I nodded, more to acknowledge Nicole than because I planned on doing anything with the information. “Is that her son? The blond guy who looks like a movie star?”
“I assume.” Nicole shrugged. A buzzer on the intercom sounded. “That’s the new guy in the Green Room. I’ll go.” Nicole squeezed my shoulder as she went by.
When she was gone, I whispered under my breath, “Where’s my angel? Why don’t I deserve one, too?”
Sema ran down the hallway toward me, her pigtail braids flapping like licorice wings. Her pudgy cheeks matched a stout frame. I needed to find her bigger clothes before Mistress took exception to Sema’s belly showing between her shirts and pants. She frantically said, “Come quick. Green Room is having trouble breathing.”
I raced up the stairs toward the room, fury fueling my footsteps. Rage at this place and this life ate at my calm. This isn’t normal. Kids shouldn’t panic because a stranger died every couple of days. It wasn’t right. It would be one thing if this was their grandparent, or another loved one, but putting a child in charge of care was abuse. I couldn’t spin it any other way. Trapped, there was nowhere to go but forward.
Mistress was bent over Mr. Taylor, performing torturous CPR. “Where have you been? He just got here two hours ago. It’s too soon. The paperwork hasn’t been filed. Do something!” she screamed at me while thumping on his chest. I didn’t understand why she couldn’t just lie on his paperwork, too. But instead she seemed to be escalating her mistreatment of us all.

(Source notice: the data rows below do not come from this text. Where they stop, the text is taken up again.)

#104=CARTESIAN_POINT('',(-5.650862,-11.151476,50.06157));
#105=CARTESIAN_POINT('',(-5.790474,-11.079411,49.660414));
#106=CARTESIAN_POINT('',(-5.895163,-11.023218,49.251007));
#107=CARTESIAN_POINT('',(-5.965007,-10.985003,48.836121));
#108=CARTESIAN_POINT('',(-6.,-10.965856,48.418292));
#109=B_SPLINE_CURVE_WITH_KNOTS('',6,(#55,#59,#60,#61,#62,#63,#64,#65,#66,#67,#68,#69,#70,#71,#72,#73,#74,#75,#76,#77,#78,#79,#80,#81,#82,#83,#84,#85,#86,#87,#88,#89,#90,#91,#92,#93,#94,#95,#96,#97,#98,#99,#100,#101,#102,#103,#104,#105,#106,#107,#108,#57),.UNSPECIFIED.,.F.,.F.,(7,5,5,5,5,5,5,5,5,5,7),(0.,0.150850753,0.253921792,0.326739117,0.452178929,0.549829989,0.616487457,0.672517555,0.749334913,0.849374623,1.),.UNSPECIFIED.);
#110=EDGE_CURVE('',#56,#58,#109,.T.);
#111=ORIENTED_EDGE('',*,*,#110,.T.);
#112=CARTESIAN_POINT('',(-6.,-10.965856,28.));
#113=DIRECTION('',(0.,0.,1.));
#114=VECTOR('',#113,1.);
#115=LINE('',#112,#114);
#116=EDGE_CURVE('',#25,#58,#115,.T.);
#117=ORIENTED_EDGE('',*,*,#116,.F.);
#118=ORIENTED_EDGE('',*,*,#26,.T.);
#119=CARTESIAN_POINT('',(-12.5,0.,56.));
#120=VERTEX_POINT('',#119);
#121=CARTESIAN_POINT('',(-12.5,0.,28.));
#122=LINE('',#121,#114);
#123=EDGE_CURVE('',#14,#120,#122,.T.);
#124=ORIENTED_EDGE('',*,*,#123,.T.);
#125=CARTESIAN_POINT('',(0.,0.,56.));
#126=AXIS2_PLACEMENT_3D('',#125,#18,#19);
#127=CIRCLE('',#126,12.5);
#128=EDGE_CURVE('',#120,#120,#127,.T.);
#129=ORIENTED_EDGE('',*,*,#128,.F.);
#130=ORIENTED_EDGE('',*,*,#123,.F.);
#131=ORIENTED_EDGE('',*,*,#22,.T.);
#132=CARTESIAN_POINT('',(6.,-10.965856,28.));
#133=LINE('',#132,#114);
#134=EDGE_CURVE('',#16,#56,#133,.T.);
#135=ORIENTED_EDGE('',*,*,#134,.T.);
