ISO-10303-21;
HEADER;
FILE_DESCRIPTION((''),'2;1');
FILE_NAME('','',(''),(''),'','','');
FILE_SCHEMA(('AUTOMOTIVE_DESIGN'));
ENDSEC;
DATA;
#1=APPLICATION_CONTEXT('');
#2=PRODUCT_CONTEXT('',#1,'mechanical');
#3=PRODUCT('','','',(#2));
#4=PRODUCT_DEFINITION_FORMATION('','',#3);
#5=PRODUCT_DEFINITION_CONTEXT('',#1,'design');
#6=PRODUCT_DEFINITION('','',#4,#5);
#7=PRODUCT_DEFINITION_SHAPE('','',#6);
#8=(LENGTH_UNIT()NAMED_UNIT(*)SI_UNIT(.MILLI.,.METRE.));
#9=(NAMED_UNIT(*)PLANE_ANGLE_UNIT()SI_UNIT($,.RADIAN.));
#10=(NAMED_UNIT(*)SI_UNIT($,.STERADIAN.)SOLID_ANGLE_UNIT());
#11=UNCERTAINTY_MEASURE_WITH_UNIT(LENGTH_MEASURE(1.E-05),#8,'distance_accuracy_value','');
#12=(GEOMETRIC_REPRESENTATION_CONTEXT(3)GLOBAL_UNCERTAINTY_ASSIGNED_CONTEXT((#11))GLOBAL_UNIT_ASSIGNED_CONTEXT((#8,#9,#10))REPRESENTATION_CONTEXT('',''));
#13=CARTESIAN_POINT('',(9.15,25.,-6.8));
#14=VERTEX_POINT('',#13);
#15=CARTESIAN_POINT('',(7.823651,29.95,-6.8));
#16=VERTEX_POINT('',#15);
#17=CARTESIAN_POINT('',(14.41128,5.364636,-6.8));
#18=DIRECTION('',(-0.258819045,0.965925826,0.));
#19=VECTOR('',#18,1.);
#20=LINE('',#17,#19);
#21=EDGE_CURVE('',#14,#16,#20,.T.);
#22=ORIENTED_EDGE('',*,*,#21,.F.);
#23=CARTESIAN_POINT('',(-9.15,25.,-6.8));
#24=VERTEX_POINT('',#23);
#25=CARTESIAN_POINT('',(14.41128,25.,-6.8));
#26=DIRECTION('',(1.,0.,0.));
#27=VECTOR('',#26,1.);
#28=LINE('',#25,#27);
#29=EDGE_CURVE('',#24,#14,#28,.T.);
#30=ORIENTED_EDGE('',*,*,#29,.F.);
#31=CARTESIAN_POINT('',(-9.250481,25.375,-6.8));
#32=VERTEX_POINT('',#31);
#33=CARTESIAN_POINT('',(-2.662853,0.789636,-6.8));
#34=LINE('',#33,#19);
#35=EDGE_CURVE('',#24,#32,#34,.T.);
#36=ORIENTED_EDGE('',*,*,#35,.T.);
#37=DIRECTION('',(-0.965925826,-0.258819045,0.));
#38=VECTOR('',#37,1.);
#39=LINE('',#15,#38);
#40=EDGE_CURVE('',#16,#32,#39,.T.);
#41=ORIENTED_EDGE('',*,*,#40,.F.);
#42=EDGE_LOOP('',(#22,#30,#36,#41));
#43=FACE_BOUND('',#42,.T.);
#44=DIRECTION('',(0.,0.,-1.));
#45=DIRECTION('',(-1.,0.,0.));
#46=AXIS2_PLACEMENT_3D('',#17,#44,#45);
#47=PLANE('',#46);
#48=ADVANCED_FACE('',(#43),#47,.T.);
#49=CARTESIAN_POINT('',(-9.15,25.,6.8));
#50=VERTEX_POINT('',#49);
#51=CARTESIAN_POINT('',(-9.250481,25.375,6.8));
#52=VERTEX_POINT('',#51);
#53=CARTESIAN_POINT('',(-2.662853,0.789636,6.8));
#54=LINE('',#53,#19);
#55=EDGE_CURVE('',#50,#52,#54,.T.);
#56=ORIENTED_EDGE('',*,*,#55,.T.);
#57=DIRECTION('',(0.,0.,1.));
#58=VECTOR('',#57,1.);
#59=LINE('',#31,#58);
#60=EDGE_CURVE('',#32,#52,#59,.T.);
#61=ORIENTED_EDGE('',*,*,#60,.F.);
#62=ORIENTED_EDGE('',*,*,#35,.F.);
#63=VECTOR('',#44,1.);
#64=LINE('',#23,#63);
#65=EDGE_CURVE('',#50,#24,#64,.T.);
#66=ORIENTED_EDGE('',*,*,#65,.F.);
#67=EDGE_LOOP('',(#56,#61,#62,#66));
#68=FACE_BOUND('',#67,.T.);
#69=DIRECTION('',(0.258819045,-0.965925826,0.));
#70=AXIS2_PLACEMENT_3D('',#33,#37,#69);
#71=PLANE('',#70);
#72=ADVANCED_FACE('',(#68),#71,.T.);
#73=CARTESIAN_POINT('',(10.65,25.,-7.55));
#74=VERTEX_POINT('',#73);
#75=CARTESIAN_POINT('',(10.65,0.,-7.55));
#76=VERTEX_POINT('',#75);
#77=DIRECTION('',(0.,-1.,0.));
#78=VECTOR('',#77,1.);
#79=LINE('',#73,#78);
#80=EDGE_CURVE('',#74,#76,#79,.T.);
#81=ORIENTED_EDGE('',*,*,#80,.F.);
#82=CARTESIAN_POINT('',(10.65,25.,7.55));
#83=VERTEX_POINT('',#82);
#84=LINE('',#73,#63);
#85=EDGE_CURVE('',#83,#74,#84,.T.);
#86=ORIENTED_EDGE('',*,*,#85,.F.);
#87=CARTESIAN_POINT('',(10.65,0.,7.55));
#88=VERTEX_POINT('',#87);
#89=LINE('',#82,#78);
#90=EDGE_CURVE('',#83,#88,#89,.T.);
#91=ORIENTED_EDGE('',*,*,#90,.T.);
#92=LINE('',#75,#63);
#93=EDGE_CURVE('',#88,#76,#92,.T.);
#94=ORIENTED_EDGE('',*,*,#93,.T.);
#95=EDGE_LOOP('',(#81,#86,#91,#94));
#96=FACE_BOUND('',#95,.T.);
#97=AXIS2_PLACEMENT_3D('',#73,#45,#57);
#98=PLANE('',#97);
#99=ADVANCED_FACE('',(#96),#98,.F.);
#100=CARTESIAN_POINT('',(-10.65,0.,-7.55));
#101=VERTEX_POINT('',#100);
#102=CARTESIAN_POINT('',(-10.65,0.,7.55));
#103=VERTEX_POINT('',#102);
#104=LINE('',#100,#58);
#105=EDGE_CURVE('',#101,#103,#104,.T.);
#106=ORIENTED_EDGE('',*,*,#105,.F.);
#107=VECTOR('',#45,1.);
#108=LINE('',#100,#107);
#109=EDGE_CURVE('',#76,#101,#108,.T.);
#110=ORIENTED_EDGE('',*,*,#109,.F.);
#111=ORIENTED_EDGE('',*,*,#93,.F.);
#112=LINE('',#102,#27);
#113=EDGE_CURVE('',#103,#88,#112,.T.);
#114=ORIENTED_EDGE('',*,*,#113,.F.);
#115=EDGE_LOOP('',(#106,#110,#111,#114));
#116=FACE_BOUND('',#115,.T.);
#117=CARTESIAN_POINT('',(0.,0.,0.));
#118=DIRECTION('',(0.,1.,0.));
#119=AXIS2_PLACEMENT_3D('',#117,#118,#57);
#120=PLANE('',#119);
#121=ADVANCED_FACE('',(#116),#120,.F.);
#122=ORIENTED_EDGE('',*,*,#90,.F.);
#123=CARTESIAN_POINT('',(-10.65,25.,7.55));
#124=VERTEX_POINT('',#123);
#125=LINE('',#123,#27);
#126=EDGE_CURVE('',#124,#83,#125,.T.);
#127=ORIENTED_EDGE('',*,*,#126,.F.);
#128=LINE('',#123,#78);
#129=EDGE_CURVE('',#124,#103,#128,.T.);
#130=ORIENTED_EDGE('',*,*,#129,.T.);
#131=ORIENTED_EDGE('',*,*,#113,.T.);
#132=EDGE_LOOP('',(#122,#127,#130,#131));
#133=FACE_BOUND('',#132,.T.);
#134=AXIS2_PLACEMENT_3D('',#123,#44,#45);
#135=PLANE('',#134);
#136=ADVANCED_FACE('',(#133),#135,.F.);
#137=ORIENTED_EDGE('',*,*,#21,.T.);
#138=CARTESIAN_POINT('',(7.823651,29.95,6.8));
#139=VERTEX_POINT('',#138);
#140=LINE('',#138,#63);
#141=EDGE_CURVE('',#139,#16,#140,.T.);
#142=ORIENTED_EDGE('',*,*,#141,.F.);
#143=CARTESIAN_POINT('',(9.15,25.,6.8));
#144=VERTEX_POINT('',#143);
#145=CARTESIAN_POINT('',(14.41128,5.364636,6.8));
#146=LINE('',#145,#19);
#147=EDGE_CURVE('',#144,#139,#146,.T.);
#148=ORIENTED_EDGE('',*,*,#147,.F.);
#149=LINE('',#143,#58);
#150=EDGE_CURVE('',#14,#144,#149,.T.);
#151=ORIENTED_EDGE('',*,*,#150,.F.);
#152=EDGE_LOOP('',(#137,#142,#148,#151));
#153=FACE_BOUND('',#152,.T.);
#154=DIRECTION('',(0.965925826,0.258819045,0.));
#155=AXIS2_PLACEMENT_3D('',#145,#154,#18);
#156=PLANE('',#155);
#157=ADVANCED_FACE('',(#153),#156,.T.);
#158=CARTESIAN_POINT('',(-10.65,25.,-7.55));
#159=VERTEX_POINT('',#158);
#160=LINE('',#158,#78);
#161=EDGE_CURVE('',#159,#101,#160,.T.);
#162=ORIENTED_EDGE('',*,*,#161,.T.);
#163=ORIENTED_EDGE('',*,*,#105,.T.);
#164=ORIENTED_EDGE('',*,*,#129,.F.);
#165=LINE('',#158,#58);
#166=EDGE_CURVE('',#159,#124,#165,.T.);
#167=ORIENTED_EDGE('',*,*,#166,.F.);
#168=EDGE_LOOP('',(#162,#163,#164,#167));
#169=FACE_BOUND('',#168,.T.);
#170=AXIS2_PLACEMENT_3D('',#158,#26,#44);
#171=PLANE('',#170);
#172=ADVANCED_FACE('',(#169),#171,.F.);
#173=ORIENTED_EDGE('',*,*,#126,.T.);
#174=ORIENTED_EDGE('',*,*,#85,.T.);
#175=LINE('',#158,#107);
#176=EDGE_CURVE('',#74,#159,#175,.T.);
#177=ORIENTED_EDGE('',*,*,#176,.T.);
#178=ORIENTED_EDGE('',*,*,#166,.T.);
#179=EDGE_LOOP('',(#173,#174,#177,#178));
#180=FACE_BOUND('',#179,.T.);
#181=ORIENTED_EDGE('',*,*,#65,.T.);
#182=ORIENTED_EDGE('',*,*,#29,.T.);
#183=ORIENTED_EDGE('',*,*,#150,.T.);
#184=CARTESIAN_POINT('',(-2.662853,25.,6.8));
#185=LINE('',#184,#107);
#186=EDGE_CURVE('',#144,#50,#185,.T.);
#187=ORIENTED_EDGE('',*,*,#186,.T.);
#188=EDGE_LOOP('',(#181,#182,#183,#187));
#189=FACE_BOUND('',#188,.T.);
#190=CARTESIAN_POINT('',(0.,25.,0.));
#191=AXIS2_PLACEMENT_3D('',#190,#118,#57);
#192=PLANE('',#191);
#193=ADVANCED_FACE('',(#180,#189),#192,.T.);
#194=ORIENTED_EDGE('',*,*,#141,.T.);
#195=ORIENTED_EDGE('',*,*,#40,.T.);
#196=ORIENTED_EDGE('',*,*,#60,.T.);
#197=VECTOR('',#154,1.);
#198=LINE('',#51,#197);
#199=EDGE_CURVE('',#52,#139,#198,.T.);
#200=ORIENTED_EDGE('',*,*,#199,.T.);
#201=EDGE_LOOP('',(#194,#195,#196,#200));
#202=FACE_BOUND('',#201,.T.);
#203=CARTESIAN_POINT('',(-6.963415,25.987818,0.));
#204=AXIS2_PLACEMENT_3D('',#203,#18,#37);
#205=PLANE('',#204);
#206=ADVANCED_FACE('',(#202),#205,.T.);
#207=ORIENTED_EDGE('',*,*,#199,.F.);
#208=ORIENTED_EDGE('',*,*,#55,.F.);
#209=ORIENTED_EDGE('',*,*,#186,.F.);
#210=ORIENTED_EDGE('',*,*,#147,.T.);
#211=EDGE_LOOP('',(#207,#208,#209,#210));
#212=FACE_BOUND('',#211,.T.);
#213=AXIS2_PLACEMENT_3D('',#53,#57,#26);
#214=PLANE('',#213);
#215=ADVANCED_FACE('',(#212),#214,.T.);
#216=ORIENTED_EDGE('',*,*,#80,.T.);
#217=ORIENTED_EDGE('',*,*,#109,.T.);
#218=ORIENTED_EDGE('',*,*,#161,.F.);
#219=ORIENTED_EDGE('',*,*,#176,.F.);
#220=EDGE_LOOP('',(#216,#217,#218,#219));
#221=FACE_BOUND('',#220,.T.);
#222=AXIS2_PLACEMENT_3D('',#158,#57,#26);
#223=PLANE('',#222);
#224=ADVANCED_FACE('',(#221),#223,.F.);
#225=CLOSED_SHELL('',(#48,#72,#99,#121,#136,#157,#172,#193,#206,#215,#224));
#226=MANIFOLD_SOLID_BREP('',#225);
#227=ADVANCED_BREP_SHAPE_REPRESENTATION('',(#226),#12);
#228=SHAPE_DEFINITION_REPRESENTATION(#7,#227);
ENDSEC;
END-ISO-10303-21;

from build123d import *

# Parameters (mm, degrees)
SKETCH1_W           = 21.3
SKETCH1_H           = 15.1
BOSS_EXTRUDE1_DEPTH = 25
BOSS_EXTRUDE2_REACH = 34.289
SKETCH4_W           = 13.6
SKETCH4_H           = 17.676442621


with BuildPart() as part:
    # Sketch1 → Boss-Extrude1 (new body)
    with BuildSketch(Plane(origin=(0, 0, 0), x_dir=(1, 0, 0), z_dir=(0, 1, 0))):
        Rectangle(SKETCH1_W, SKETCH1_H)
    extrude(amount=BOSS_EXTRUDE1_DEPTH)

    # Boss-Extrude2: up to this plane
    boss_extrude2_end = Plane(origin=(0, 25, 0), z_dir=(0, 1, 0))
    # Sketch4 → Boss-Extrude2 (add, up to the surface)
    with BuildSketch(Plane(origin=(-6.963414725, 25.987817547, 0), x_dir=(0, 0, 1), z_dir=(-0.25881904510252474, 0.9659258262890673, 0)), mode=Mode.PRIVATE) as boss_extrude2_sk1:
        with Locations((0, 6.470476128)):
            Rectangle(SKETCH4_W, SKETCH4_H)
    boss_extrude2_tool1 = split(extrude(boss_extrude2_sk1.sketch, amount=-BOSS_EXTRUDE2_REACH, mode=Mode.PRIVATE), bisect_by=boss_extrude2_end, keep=Keep.BOTH, mode=Mode.PRIVATE)
    add(boss_extrude2_tool1.solids().sort_by_distance((-0.713415, 27.6625, 0))[0])


solid = part.part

A wave of dizziness knocked me sideways into the doorframe. A sharp pain in my chest felt like a steak knife and needles radiated down my left arm. Nicole was there instantly. She grabbed me and I caught my breath; the nausea settled immediately.
“Where are you going, old man? Come back here, you hear me?” Mistress continued to shout questions while pumping the man’s chest and forcing air into his mouth. “You’re supposed to stay alive until she gets here—”
Nicole and I glanced at each other—who was this “she”? What did that have to do with him living or dying?
The hair on the back of my neck tingled; I shivered. The need for fresh mozzarella, red sauce, ricotta, basil, and garlic tickled my throat.
I found my voice as I approached the bed. “I’ll do it.”
She was fracturing ribs more than bringing back the dead. Compassion flooded me. No one deserved this treatment. This wasn’t CPR, it was torture. I saw Mini’s tail twitch under the bed frame. I moved closer and put my hand on the man’s wrist to check for a pulse. Faint, if any.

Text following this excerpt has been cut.